### Instructions to follow
The lines from the first line of the entries through the line containing "f 20 155 77" are to be repeated exactly, with both of those lines included.

### Entries provided
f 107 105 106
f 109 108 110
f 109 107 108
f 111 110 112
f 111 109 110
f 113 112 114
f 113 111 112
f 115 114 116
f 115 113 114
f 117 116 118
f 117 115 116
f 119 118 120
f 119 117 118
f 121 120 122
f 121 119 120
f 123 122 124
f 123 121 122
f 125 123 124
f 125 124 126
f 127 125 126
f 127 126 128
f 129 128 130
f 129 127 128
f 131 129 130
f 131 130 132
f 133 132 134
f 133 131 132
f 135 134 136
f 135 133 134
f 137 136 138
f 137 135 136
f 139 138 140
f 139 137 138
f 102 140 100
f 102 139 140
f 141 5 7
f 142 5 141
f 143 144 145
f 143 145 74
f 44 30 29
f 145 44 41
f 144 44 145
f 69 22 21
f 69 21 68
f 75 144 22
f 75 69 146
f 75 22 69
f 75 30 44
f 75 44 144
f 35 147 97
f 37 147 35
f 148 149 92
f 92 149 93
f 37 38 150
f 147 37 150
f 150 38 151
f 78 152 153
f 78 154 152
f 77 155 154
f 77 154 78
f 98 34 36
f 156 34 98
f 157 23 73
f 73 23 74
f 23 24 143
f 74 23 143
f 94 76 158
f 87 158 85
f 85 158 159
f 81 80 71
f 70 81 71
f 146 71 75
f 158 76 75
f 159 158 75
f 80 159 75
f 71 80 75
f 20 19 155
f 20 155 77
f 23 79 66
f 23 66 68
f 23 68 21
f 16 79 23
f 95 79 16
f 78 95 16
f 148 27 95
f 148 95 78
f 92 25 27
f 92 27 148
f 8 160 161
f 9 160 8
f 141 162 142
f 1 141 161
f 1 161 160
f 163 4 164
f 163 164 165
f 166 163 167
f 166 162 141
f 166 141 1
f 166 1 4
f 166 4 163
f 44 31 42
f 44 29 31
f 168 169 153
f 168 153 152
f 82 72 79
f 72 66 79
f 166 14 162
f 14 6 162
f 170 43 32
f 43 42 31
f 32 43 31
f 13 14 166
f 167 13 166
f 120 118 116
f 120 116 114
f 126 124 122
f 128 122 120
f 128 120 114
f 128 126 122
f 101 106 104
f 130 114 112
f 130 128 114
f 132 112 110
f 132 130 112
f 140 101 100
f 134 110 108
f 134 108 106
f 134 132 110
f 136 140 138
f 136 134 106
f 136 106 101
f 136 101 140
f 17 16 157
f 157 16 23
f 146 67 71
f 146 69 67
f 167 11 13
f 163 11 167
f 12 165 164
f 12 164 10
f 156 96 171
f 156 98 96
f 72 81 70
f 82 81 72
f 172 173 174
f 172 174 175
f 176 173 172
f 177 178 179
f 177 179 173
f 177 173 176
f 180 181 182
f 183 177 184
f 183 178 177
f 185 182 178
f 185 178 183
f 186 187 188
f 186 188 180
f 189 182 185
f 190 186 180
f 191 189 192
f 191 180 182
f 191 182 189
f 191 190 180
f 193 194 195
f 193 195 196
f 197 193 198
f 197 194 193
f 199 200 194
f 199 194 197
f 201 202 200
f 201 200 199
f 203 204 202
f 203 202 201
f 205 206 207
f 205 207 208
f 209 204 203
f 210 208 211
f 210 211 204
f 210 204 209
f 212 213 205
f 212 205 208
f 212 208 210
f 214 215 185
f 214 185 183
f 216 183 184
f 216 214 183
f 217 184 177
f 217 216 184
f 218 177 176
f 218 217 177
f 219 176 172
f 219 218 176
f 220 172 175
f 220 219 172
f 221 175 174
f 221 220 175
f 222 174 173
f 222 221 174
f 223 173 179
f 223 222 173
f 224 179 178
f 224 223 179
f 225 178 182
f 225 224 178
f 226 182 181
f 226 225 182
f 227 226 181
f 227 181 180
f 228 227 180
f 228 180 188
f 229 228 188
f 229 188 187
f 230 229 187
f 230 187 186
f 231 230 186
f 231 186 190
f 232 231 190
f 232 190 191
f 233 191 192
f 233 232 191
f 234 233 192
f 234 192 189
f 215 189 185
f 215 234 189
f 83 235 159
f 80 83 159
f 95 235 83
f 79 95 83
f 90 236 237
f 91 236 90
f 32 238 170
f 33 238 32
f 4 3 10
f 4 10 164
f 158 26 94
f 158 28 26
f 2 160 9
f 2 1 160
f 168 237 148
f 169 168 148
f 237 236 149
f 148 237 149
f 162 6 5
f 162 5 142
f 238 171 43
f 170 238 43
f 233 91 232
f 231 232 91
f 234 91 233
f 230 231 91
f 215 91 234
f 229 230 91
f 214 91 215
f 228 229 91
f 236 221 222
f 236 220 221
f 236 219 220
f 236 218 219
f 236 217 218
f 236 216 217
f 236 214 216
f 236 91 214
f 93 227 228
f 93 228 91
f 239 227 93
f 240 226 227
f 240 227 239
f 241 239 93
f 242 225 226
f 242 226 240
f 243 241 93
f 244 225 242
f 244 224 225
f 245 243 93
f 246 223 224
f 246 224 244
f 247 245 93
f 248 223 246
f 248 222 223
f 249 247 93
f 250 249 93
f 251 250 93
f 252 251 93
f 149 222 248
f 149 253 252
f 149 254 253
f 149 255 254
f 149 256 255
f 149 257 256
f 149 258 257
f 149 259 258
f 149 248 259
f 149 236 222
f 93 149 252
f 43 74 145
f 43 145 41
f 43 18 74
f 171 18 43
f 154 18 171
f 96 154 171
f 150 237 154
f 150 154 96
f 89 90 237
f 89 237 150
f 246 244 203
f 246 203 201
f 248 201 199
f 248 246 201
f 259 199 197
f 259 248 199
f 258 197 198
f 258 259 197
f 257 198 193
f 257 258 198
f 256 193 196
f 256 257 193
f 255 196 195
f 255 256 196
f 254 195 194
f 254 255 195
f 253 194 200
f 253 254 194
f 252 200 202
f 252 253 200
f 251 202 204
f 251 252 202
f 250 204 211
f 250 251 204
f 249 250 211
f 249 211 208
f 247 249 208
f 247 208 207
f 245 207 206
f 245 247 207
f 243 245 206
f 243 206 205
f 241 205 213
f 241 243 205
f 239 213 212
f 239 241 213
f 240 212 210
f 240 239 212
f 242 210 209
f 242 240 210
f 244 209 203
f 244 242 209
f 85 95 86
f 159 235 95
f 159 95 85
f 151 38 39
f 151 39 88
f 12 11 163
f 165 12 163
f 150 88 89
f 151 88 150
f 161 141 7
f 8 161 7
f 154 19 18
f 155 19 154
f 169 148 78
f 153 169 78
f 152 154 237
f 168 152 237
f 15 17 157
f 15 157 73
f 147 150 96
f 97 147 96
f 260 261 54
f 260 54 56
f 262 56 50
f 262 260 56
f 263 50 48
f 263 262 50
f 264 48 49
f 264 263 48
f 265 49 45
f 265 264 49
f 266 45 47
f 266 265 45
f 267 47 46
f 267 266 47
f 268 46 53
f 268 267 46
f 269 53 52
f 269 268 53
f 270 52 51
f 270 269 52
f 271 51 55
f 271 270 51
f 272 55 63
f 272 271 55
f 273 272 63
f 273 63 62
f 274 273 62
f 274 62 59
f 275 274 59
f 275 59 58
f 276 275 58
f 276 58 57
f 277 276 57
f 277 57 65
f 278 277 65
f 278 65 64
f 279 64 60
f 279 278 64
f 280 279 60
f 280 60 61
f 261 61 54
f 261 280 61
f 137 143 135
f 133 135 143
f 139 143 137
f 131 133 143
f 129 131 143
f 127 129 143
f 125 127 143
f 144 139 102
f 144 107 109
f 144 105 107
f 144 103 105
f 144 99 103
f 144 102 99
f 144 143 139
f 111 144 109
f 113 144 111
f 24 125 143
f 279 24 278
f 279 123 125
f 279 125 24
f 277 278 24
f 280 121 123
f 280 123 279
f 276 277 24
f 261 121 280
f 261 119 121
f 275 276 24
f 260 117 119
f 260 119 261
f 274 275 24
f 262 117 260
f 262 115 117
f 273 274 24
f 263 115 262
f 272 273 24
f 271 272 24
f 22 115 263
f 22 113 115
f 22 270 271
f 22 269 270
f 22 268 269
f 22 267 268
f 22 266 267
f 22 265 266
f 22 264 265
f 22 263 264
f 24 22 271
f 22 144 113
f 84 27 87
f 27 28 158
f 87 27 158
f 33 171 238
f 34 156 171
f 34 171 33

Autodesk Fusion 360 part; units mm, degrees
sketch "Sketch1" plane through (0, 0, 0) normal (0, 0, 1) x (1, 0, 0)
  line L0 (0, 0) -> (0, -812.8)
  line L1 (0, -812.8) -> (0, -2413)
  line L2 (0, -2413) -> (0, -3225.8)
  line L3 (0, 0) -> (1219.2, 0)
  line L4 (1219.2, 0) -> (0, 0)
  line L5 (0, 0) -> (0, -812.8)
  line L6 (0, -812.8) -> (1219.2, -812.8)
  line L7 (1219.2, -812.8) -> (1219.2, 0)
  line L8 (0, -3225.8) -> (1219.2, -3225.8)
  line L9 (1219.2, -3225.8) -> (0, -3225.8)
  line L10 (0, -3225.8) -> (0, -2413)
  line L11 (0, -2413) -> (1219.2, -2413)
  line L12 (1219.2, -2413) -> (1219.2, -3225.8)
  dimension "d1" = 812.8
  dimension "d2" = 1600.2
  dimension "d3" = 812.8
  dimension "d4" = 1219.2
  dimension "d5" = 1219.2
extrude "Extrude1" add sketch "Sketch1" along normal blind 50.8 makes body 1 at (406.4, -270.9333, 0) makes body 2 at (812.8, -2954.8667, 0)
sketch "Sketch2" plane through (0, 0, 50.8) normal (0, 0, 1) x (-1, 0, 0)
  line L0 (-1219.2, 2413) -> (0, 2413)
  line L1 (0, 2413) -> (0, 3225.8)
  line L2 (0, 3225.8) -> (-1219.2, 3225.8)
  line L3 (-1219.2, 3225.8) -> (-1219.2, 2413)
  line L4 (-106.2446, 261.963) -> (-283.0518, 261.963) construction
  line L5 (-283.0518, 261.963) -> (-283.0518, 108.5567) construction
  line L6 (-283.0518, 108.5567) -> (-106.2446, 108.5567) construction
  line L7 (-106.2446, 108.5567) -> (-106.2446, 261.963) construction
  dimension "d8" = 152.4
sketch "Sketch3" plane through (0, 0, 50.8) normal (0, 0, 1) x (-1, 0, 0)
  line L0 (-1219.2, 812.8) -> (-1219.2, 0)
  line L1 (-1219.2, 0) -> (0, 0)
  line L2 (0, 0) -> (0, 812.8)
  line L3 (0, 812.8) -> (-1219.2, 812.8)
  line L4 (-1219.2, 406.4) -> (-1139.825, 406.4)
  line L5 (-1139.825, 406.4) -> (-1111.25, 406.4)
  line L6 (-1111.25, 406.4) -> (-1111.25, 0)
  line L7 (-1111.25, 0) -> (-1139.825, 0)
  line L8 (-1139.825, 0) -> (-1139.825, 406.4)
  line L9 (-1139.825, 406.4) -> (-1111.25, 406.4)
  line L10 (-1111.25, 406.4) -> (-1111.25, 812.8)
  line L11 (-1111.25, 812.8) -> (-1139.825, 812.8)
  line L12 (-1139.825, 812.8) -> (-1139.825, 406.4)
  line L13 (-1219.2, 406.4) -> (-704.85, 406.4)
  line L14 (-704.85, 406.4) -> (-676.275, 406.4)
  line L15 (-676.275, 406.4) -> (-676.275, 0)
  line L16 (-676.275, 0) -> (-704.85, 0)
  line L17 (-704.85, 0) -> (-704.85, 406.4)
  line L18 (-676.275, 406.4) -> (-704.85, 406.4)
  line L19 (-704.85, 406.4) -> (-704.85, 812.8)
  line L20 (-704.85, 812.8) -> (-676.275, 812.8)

### Task solution
f 107 105 106
f 109 108 110
f 109 107 108
f 111 110 112
f 111 109 110
f 113 112 114
f 113 111 112
f 115 114 116
f 115 113 114
f 117 116 118
f 117 115 116
f 119 118 120
f 119 117 118
f 121 120 122
f 121 119 120
f 123 122 124
f 123 121 122
f 125 123 124
f 125 124 126
f 127 125 126
f 127 126 128
f 129 128 130
f 129 127 128
f 131 129 130
f 131 130 132
f 133 132 134
f 133 131 132
f 135 134 136
f 135 133 134
f 137 136 138
f 137 135 136
f 139 138 140
f 139 137 138
f 102 140 100
f 102 139 140
f 141 5 7
f 142 5 141
f 143 144 145
f 143 145 74
f 44 30 29
f 145 44 41
f 144 44 145
f 69 22 21
f 69 21 68
f 75 144 22
f 75 69 146
f 75 22 69
f 75 30 44
f 75 44 144
f 35 147 97
f 37 147 35
f 148 149 92
f 92 149 93
f 37 38 150
f 147 37 150
f 150 38 151
f 78 152 153
f 78 154 152
f 77 155 154
f 77 154 78
f 98 34 36
f 156 34 98
f 157 23 73
f 73 23 74
f 23 24 143
f 74 23 143
f 94 76 158
f 87 158 85
f 85 158 159
f 81 80 71
f 70 81 71
f 146 71 75
f 158 76 75
f 159 158 75
f 80 159 75
f 71 80 75
f 20 19 155
f 20 155 77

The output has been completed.